Exercise.
Instruction for the entries that follow: retype exactly the lines from the line with "#244=FACE_BOUND('',#243,.F.);" to the line with "#249=VERTEX_POINT('',#248);", both included, and omit all others.
---- Supplied data
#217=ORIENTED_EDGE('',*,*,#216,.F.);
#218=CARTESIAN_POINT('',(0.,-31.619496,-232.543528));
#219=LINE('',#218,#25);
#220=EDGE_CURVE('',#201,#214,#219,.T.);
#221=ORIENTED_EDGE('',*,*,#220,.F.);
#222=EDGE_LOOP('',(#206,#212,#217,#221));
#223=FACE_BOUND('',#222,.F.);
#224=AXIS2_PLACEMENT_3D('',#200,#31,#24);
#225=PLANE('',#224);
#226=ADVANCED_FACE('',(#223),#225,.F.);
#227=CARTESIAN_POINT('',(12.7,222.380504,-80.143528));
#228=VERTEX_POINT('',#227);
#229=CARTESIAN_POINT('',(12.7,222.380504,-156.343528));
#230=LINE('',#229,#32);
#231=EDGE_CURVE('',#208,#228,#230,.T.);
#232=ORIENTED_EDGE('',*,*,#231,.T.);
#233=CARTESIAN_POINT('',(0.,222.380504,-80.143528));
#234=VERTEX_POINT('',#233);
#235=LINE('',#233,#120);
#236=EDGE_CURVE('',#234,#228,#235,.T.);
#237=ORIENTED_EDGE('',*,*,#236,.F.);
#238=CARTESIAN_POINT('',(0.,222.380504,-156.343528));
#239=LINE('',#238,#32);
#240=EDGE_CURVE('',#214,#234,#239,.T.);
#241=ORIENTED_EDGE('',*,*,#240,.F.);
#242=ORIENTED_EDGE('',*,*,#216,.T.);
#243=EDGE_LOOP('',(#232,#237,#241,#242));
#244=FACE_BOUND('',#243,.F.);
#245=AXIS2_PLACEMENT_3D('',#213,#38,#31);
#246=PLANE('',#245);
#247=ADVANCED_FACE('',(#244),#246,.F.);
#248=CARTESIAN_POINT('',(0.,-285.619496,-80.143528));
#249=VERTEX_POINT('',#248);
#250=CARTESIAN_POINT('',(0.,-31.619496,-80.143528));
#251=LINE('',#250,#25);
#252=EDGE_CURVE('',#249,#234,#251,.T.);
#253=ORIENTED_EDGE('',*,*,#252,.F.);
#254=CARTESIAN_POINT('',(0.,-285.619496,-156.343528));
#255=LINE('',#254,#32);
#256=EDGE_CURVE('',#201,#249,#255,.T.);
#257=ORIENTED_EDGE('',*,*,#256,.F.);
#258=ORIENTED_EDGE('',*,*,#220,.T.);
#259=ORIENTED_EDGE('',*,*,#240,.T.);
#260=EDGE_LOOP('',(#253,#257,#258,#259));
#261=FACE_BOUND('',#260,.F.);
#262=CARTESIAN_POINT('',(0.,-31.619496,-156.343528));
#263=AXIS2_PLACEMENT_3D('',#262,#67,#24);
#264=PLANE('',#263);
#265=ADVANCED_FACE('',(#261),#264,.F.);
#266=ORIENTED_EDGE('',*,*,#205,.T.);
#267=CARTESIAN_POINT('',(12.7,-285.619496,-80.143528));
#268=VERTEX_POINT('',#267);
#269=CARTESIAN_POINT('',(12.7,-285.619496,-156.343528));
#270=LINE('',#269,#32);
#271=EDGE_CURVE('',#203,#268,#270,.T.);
--------
---- Supplied data
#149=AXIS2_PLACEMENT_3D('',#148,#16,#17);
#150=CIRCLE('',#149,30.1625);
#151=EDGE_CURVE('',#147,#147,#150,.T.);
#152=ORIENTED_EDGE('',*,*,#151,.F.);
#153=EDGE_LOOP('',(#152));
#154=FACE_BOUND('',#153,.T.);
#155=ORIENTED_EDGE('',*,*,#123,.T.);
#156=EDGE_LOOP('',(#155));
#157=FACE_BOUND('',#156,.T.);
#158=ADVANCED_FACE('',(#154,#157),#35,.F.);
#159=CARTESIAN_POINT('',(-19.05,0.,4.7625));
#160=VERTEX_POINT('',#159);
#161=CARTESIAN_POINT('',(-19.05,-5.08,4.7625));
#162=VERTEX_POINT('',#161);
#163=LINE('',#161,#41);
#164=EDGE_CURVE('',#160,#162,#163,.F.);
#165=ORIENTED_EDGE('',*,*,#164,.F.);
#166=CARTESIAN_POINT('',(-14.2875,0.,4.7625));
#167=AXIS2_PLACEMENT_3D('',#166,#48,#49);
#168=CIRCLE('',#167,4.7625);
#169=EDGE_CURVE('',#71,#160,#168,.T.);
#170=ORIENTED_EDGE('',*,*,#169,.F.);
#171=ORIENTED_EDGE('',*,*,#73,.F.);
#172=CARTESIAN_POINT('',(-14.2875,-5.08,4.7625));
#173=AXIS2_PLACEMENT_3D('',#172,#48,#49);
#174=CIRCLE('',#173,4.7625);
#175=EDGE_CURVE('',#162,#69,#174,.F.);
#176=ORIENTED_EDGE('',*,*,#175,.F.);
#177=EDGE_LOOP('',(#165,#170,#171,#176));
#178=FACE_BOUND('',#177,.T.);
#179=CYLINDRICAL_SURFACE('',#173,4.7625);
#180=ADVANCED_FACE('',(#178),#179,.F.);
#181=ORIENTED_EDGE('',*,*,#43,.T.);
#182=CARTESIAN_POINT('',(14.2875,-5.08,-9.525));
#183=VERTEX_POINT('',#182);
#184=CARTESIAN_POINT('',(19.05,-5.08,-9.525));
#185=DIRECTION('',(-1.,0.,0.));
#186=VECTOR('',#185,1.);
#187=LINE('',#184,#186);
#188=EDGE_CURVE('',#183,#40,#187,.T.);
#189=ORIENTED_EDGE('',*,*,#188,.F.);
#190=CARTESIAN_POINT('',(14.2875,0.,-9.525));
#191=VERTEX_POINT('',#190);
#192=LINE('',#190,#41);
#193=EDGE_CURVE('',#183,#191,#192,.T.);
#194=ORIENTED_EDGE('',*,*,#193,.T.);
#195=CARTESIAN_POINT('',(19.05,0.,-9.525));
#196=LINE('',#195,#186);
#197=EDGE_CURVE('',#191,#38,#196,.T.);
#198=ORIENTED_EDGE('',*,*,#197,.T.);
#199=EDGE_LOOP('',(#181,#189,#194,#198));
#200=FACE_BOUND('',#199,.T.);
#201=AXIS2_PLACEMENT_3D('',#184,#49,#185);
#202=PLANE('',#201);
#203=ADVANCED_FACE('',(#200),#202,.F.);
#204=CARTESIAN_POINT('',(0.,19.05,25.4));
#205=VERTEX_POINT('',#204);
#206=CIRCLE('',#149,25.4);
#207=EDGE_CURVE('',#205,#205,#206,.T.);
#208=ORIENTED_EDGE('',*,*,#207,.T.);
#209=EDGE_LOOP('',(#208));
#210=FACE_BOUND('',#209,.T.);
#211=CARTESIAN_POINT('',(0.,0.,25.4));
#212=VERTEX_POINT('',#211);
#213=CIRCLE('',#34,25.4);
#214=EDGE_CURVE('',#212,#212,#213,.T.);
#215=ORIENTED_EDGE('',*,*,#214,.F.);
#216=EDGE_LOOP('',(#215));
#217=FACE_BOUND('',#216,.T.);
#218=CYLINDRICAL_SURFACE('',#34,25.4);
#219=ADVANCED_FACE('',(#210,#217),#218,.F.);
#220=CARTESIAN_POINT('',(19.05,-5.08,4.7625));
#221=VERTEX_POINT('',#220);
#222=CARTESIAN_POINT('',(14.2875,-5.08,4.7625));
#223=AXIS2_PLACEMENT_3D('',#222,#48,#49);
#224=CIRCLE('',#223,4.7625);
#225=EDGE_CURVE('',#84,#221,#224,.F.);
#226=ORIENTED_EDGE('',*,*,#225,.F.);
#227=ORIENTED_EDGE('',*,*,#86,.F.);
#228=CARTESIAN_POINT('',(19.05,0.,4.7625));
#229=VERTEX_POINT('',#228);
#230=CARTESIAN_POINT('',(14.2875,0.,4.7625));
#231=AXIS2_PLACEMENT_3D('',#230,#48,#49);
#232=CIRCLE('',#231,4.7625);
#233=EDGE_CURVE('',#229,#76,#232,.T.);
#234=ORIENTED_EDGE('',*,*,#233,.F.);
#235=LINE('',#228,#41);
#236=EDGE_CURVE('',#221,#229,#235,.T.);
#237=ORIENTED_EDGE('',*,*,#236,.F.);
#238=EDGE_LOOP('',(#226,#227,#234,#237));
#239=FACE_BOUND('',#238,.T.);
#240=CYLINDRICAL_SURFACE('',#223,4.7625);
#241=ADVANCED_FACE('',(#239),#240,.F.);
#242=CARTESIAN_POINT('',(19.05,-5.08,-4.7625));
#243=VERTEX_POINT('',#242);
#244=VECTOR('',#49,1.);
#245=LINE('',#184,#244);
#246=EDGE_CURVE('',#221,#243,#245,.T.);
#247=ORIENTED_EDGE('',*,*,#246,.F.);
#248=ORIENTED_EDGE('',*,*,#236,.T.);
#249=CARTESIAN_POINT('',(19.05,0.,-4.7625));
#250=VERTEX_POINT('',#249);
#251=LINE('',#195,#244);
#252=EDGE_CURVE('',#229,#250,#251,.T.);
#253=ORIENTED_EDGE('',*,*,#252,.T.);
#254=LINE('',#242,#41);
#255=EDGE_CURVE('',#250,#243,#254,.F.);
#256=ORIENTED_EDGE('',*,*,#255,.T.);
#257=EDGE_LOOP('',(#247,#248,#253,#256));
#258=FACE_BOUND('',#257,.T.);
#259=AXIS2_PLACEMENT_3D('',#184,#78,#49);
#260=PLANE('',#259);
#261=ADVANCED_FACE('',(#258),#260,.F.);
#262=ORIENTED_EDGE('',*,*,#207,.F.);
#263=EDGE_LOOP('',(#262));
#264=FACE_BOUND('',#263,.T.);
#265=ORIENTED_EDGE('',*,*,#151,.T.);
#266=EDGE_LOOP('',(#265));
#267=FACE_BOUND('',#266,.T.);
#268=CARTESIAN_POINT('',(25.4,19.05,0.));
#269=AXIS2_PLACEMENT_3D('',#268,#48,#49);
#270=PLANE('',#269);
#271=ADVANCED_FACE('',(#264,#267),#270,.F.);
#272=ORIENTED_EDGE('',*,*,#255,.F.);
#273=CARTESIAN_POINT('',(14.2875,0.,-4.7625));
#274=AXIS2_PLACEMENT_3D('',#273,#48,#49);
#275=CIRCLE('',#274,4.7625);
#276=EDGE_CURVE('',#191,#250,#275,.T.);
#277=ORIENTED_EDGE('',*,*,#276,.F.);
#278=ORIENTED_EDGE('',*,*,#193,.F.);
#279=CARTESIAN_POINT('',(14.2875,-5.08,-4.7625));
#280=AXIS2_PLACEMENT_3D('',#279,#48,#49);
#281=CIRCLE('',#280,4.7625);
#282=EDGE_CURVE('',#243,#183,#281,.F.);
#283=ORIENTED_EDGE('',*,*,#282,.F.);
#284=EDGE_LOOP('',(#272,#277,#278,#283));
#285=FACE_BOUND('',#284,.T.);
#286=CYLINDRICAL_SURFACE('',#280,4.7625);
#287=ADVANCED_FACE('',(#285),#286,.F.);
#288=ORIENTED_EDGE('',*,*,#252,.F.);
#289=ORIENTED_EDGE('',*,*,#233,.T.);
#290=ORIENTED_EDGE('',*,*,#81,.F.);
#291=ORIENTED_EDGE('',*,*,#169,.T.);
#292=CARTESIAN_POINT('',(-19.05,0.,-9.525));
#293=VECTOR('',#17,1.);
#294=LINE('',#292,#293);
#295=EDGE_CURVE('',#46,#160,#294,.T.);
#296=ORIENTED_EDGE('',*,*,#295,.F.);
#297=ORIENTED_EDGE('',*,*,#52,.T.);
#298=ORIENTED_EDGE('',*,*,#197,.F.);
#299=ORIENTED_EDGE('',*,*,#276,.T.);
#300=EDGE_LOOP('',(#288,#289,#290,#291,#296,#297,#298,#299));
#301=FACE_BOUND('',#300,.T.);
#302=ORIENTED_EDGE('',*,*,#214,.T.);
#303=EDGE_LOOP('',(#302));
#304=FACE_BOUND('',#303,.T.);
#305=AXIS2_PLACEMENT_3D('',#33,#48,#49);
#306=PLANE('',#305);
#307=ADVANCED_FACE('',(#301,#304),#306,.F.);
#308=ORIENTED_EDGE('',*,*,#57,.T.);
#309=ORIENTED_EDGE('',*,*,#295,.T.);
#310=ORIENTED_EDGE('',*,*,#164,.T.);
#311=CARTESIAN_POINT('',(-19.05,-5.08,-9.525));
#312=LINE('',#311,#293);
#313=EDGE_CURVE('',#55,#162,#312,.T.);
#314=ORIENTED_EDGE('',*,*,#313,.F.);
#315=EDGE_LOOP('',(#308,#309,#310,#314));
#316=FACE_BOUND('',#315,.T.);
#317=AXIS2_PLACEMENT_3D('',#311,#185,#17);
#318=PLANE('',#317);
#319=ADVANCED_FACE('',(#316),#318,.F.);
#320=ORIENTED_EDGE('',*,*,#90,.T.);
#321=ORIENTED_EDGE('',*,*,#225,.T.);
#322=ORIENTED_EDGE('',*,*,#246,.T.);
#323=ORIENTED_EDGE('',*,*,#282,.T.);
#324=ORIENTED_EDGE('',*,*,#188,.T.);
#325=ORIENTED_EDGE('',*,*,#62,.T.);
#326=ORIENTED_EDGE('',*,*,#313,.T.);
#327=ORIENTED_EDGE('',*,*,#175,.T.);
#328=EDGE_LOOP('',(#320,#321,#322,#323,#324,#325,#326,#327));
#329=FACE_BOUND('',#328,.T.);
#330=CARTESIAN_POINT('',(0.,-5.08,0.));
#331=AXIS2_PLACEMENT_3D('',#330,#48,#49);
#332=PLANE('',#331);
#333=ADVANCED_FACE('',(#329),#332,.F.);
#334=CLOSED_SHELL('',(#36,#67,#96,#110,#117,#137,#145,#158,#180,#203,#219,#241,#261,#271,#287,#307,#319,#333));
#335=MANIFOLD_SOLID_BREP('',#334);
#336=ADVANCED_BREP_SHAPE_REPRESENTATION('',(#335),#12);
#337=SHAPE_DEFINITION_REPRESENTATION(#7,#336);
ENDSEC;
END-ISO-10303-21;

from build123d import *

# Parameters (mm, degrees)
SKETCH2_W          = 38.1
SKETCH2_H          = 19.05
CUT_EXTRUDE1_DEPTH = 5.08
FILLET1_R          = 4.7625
--------
Solved problem.
#244=FACE_BOUND('',#243,.F.);
#245=AXIS2_PLACEMENT_3D('',#213,#38,#31);
#246=PLANE('',#245);
#247=ADVANCED_FACE('',(#244),#246,.F.);
#248=CARTESIAN_POINT('',(0.,-285.619496,-80.143528));
#249=VERTEX_POINT('',#248);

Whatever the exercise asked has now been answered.